Horse people are not supposed to let their horses crap in the street, either, but they do it anyway until they get busted for it.


----------



## Live2rideUtah (Jan 3, 2012)

I would love to see a horse with a giant bag of horse **** hangin off it but I know that will never happen. Like the poster said above it sucks ass that it is all over the trail but it will never change.


----------



## zrm (Oct 11, 2006)

Horse's can defecate without stopping and since the human being riding is in front of that end of the animal, they may not even know the horse has taken a dump. If they do know the animal has defecated, then cleaning it up or shoveling it off the trail means they have to stop, get off the horse, grab a shovel (assuming they are carrying one). tie the horse, deal with the pile(s), and then reverse the process. All fairly time consuming, inconvenient, etc. Horse owners and some others also will say, as has already been mentioned, that horse feces is just "rolled hay" and no big deal.

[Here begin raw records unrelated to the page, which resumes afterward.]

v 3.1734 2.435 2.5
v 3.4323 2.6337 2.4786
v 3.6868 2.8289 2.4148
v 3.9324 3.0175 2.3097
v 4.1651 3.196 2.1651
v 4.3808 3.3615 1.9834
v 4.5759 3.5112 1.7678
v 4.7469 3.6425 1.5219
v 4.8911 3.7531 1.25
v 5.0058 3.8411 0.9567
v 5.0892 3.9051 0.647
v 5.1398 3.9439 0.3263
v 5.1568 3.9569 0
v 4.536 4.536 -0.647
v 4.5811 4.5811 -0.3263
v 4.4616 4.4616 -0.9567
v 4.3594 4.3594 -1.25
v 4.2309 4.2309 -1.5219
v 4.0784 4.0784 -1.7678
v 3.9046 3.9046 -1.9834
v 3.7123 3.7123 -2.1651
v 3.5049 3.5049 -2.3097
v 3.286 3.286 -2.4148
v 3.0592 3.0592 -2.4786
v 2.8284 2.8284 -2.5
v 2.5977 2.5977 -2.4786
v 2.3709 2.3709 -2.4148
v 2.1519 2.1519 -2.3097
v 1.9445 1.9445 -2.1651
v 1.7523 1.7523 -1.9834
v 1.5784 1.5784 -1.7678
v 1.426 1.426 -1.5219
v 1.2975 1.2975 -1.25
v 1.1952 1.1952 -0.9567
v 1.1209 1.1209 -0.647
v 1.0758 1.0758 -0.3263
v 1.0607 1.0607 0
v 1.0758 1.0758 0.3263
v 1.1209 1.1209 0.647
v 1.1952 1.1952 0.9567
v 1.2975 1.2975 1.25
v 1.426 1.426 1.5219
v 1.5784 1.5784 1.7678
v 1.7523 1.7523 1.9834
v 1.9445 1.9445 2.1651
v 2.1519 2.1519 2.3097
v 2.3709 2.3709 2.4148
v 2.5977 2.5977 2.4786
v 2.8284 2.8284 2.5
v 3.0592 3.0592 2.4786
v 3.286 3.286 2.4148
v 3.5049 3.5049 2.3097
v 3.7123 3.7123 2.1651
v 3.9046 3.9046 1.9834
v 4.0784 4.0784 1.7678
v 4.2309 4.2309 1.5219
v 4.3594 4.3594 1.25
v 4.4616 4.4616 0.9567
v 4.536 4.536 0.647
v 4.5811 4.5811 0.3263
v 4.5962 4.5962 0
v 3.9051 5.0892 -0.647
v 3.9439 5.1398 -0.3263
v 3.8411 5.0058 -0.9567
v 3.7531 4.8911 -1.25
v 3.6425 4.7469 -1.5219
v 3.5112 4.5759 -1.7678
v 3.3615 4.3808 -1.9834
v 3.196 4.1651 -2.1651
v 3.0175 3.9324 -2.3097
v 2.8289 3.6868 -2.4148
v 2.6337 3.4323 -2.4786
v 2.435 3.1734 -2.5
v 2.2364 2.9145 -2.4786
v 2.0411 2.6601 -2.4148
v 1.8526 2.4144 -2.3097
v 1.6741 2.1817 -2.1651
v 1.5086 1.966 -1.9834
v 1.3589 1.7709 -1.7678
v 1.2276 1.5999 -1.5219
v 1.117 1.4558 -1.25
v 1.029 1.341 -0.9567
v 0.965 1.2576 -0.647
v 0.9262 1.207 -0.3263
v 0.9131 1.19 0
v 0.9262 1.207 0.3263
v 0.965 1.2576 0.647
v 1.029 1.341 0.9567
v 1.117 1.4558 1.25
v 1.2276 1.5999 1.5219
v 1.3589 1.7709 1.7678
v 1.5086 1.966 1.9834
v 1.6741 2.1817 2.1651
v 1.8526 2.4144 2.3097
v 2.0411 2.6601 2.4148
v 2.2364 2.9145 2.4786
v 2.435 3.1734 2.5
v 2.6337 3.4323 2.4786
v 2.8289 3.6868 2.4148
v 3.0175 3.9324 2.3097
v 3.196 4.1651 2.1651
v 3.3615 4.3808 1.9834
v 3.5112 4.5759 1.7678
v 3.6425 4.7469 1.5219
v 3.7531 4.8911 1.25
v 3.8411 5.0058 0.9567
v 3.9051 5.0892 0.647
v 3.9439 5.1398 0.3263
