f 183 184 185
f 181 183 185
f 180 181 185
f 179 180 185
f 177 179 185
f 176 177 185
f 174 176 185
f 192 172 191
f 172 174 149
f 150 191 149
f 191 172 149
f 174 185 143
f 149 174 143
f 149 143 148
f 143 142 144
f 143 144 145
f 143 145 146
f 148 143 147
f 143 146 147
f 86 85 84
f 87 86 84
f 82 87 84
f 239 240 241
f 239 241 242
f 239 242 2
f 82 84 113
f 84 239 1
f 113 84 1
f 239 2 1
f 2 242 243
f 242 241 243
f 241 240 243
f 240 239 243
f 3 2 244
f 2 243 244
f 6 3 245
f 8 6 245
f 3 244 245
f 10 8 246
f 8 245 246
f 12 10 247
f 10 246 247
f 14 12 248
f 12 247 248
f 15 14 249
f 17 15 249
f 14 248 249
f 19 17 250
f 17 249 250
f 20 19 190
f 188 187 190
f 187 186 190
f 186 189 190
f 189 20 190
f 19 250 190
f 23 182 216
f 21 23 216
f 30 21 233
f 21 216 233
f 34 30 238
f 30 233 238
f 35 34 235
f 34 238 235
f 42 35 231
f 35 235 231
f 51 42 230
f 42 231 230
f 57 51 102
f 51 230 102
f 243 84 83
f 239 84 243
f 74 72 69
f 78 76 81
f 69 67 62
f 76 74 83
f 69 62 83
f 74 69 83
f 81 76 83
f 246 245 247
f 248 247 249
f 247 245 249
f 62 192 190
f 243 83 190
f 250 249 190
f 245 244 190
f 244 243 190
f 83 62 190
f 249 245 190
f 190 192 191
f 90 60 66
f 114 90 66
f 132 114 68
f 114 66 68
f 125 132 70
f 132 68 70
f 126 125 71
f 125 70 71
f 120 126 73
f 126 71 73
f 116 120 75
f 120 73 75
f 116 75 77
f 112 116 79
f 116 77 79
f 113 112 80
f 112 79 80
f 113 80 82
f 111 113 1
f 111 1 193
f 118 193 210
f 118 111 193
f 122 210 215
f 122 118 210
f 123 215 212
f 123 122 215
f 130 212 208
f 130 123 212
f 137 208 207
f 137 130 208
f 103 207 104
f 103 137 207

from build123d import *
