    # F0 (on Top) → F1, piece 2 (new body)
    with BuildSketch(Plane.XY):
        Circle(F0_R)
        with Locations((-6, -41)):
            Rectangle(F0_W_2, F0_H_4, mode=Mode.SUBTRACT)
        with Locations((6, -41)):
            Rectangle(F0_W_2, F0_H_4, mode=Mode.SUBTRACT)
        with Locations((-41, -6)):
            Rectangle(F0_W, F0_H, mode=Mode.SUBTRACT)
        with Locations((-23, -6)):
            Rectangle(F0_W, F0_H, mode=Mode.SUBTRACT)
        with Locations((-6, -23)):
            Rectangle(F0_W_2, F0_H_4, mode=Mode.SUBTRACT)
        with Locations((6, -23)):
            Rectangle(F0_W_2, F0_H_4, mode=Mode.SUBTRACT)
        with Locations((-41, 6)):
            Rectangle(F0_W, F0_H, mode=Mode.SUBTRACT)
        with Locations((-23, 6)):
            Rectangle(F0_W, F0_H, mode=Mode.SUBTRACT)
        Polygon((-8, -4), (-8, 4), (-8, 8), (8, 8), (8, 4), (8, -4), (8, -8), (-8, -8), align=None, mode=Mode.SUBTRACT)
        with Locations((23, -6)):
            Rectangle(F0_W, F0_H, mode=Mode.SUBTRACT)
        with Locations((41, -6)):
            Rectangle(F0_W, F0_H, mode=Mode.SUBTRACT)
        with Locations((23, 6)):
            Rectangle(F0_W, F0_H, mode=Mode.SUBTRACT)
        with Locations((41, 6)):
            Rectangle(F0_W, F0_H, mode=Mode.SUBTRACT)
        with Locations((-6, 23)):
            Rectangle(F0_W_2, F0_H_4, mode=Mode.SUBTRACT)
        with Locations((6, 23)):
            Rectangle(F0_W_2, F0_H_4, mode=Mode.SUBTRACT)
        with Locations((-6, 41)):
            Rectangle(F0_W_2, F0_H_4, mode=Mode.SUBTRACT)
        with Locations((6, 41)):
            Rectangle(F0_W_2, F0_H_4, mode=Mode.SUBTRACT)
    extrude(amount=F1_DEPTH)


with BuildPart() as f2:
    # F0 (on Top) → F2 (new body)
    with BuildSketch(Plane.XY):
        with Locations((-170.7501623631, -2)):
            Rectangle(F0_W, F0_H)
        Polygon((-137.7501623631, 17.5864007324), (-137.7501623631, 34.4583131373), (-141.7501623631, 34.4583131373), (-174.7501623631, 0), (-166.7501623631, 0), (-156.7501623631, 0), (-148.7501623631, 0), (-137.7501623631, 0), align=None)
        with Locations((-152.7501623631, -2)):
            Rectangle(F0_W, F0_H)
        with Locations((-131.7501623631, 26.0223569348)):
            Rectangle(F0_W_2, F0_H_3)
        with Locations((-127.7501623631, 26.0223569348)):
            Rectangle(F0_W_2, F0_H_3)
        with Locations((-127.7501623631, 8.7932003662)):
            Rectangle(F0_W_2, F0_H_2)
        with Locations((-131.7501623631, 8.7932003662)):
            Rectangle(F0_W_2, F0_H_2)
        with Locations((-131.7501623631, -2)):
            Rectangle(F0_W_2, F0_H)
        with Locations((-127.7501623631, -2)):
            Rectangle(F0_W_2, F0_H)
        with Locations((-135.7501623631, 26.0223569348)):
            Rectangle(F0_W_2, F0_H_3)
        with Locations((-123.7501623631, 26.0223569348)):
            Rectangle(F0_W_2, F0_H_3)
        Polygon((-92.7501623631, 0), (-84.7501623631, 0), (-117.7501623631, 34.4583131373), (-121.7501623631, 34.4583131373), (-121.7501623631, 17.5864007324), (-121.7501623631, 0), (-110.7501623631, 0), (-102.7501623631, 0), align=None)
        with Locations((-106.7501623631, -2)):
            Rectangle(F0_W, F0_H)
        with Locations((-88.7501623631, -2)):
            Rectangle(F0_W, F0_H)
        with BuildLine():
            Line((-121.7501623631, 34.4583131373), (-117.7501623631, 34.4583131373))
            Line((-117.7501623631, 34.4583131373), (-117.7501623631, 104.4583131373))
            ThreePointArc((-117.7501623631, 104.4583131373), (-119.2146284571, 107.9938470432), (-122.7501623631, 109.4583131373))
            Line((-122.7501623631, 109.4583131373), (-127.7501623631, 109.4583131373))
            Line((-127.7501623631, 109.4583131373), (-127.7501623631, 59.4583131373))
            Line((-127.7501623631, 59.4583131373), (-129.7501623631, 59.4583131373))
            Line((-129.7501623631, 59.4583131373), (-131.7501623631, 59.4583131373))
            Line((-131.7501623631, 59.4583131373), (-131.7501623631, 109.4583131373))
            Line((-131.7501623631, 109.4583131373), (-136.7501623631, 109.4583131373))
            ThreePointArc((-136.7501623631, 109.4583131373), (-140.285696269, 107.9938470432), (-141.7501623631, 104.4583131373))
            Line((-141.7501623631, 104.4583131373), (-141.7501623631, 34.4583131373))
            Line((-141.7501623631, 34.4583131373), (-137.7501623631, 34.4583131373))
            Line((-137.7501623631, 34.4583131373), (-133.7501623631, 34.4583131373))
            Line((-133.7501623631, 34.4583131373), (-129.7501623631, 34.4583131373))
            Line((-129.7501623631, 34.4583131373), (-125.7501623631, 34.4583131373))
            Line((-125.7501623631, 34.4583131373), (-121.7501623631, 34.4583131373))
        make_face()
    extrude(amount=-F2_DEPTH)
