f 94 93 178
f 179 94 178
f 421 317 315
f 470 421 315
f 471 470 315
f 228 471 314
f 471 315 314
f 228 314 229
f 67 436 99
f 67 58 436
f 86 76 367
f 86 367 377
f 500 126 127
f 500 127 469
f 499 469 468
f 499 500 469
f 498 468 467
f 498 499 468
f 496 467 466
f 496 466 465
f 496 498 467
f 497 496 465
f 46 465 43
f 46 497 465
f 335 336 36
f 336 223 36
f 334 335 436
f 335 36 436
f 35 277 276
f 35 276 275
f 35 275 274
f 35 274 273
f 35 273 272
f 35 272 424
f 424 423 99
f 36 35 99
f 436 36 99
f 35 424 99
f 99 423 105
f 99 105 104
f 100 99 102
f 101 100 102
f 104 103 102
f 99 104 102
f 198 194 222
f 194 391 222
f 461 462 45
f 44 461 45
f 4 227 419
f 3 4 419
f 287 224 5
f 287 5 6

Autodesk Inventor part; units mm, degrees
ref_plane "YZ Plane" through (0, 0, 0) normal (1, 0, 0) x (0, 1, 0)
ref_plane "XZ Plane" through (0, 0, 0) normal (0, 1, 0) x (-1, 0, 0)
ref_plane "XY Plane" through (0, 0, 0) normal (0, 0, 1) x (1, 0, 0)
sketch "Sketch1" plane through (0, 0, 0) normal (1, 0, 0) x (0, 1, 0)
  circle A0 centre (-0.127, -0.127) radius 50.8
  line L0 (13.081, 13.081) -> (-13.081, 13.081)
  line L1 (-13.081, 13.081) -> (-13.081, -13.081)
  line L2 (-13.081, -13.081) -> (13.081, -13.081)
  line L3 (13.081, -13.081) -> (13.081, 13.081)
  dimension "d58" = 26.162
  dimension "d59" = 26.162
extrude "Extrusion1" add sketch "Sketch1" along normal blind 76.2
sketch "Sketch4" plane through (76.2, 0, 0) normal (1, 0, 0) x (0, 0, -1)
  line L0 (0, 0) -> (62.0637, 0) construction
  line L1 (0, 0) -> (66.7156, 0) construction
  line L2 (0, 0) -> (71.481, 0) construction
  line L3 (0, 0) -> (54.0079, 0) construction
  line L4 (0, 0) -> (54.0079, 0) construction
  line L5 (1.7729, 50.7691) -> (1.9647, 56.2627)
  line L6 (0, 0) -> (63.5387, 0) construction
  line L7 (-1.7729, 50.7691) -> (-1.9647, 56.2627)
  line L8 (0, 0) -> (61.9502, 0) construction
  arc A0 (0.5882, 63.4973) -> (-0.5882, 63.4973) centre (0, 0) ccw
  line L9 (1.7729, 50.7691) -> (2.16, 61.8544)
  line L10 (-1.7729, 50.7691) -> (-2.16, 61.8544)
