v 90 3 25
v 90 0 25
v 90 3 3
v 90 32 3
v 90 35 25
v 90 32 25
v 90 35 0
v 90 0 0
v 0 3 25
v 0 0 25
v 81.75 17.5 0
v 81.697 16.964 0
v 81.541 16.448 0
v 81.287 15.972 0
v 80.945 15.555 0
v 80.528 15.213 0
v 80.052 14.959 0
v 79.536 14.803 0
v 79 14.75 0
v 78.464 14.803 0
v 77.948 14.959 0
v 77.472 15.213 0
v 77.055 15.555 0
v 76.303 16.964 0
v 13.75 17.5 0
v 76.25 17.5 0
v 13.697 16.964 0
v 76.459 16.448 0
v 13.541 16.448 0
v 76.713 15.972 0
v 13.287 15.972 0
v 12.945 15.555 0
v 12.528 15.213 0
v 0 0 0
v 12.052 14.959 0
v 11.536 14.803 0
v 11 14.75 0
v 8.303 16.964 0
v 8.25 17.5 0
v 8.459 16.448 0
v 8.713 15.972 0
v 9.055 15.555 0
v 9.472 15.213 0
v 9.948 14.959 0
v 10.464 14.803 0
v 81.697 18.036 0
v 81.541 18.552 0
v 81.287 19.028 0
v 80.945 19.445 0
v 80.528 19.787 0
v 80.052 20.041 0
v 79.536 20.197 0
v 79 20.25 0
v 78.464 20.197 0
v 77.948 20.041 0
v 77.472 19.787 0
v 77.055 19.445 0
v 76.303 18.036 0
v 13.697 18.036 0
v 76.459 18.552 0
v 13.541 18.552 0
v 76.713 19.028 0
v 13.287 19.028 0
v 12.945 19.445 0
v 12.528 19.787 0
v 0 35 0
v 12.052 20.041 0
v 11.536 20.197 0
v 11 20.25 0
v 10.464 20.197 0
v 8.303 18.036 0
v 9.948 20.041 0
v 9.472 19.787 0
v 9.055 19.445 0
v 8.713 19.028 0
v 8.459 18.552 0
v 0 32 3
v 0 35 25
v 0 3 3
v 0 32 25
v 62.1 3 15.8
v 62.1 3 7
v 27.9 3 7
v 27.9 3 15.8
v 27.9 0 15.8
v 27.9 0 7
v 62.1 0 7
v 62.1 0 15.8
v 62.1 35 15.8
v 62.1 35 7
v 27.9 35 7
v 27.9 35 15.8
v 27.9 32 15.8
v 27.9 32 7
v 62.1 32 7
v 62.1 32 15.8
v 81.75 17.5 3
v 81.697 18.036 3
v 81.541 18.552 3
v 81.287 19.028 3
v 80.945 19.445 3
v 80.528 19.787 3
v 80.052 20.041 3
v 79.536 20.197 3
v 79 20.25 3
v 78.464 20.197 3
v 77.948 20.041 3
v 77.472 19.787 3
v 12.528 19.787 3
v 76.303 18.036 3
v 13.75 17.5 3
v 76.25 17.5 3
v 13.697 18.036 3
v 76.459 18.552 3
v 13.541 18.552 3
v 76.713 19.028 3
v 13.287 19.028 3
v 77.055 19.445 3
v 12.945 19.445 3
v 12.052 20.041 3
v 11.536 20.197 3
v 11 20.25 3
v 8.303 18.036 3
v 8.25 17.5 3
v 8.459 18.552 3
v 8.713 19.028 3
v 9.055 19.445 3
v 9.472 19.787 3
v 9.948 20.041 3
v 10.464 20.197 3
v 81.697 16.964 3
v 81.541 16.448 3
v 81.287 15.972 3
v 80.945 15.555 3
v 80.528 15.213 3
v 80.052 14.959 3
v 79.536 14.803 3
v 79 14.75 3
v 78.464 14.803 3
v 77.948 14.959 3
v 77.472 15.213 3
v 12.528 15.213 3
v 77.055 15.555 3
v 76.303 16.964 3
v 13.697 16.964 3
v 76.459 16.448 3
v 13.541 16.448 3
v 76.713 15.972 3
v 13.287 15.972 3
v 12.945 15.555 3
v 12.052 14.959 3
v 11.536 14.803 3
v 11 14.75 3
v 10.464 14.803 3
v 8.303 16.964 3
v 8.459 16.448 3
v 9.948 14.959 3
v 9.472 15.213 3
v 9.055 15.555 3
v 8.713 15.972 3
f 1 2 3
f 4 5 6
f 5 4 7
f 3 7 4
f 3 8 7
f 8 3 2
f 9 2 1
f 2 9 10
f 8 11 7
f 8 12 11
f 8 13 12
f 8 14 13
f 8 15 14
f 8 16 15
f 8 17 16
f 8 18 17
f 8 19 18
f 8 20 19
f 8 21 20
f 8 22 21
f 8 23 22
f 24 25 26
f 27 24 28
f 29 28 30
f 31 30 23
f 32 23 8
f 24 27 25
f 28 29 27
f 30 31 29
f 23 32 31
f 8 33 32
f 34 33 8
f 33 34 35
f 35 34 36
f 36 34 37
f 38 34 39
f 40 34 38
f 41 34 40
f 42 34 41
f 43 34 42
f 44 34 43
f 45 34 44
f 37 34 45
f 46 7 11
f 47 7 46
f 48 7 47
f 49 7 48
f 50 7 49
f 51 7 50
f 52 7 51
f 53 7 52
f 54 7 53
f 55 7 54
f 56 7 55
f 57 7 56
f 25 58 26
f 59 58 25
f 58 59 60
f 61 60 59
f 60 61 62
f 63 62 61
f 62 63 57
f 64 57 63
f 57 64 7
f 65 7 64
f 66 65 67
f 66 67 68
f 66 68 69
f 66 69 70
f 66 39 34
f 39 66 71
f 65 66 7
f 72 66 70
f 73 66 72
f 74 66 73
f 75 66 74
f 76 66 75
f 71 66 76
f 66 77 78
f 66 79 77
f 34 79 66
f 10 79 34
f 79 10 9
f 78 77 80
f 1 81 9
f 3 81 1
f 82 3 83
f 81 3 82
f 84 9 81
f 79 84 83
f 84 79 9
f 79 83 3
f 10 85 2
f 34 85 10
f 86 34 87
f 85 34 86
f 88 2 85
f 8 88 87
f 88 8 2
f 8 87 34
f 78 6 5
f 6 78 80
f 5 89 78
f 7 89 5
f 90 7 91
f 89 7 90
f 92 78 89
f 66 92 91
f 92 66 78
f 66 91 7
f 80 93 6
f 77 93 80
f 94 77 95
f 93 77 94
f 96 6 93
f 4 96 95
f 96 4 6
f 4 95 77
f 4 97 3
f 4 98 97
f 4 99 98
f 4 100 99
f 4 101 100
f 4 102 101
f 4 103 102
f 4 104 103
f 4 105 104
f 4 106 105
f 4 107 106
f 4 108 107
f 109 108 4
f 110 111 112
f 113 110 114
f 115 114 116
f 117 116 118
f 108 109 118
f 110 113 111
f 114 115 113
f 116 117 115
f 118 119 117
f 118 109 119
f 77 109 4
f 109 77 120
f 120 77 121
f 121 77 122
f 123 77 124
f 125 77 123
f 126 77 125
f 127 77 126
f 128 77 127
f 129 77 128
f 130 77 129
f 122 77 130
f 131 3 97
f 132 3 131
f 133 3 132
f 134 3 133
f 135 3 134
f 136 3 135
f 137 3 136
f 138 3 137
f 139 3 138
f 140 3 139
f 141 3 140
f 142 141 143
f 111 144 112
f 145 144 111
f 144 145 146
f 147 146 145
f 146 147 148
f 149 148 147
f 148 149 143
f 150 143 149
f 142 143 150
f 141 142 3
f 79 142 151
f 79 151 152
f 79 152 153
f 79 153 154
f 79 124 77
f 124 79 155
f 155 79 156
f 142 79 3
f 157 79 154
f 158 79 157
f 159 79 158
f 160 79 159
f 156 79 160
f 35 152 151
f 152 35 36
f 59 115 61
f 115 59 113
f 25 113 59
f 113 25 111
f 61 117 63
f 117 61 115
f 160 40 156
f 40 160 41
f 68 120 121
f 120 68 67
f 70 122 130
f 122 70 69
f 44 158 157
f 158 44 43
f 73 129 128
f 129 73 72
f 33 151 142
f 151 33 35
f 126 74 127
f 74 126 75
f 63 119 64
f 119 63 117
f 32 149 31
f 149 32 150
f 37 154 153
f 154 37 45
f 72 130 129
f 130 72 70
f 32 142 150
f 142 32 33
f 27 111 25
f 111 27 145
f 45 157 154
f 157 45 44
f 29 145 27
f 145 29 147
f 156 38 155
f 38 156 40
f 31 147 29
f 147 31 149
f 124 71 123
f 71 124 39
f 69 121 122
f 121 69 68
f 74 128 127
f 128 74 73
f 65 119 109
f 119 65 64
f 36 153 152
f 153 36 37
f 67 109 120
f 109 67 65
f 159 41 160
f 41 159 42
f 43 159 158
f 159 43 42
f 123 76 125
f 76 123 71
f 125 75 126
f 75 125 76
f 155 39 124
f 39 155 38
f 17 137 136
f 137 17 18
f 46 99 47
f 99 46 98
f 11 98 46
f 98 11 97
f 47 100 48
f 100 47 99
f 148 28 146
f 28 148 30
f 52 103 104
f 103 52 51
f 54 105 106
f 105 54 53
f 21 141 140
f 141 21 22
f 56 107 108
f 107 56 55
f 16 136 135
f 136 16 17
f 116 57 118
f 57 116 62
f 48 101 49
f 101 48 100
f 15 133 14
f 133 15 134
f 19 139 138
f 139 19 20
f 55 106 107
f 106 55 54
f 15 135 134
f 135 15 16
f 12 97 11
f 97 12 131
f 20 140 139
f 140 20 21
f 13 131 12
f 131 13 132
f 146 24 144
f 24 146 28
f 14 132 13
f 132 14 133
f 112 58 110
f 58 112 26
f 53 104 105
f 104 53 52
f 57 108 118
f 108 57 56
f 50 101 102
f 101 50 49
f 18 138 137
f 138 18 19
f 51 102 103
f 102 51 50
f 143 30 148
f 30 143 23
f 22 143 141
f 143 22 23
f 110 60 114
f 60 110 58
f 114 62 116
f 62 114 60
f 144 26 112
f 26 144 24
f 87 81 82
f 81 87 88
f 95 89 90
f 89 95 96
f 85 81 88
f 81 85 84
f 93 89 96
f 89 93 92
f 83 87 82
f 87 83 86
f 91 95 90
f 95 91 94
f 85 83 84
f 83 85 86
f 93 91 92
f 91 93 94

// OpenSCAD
$fn = 32;

// ----------------------------------------------------------------------
// U-bracket: 90 x 35 x 25 mm
// ----------------------------------------------------------------------

// --- parameters (mm) ---
span = 90;                // outer length, X
outer_w = 35;             // outer width, Y
wall_h = 25;              // upright height, Z
plate_t = 3;              // wall thickness
hole_d = 5.5;             // clearance for M5
window_l = 34.2;          // window length
window_h = 8.8;           // window height

module hole_z(px, py) {
  translate([px, py, -2.5]) cylinder(h = plate_t + 5, d = hole_d);
}
module hole_y_pz(pz) {
  /* through both uprights along Y */
  translate([0, -2.5, pz]) rotate([-90, 0, 0]) cylinder(h = outer_w + 5, d = hole_d);
}

module base() {
  cube([span, outer_w, plate_t]);
}

module uprights() {
  cube([span, plate_t, wall_h]);
  translate([0, outer_w - plate_t, 0]) cube([span, plate_t, wall_h]);
}

difference() {
  union() {
    base();
    uprights();
  }
  hole_z(11, 17.5);
  hole_z(79, 17.5);
  /* lightening window through both uprights */
  translate([span / 2 - window_l / 2, -1, plate_t + 4])
    cube([window_l, outer_w + 2, window_h]);
}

Personally, horse poo doesn't bother me that much as long as the trail only sees an occasional horse or two. It's when you get strings of horses repeatedly using a trail that it gets nasty. Then of course I've seen people, whether on foot or on bikes who don't clean up after their dogs so I find it hard to get too self righteous about how "they" are so horrible and "we" are so inculpable.


----------



## Ridnparadise (Dec 14, 2007)

Horse crap is full of seeds and stuff not native to the area it is dropped. Even kicking it into the huge holes the buggers leave on our trails would be a start.


----------



## Zoke2 (Nov 16, 2007)

it can be done


----------



## R+P+K (Oct 28, 2009)

ChainChain said:


> Horse crap really isn't very bad unlike dog poop. It is mostly hay. I've looked all over for a source that says it's dangerous because I hate piles of horse crap on the trail too.


This.

Herbivore poo is far less offensive than omnivore poo. I've ridden through farmland littered with sheep or cow poo and while it's not ideal, I'd far rather that than a field of dog poo.


----------



## zrm (Oct 11, 2006)

Ridnparadise said:


> Horse crap is full of seeds and stuff not native to the area it is dropped. Even kicking it into the huge holes the buggers leave on our trails would be a start.


That depends on the feed. More and more forests require certified "weed free" hay and I'm pretty sure all designated wilderness does.

It's all organic material so "kicking it into holes" won't make any more difference than kicking human s**t into the ruts that MTBs can leave would..


----------



## garrett_xc (Apr 23, 2012)

I have little concern about the poop. It's mostly "sterile" and the bulk of it is usually hay. I'm much more offended when I see a pile of dog crap on the trail.

Of more concern is bombing around a corner and coming upon a...what...1,000lb animal that may be spooked. Where I ride, most of the trails are heavily forested so having limited sight is an issue.


----------



## ChainChain (Sep 25, 2010)

NateHawk said:


> I don't care whether it is dangerous or not. It's poop and riding through it, getting it flung in your face is gross. I am not a hindgut fermenter.
> 
> It is common courtesy to at least kick it off the trail.
> 
> Horse people are not supposed to let their horses crap in the street, either, but they do it anyway until they get busted for it.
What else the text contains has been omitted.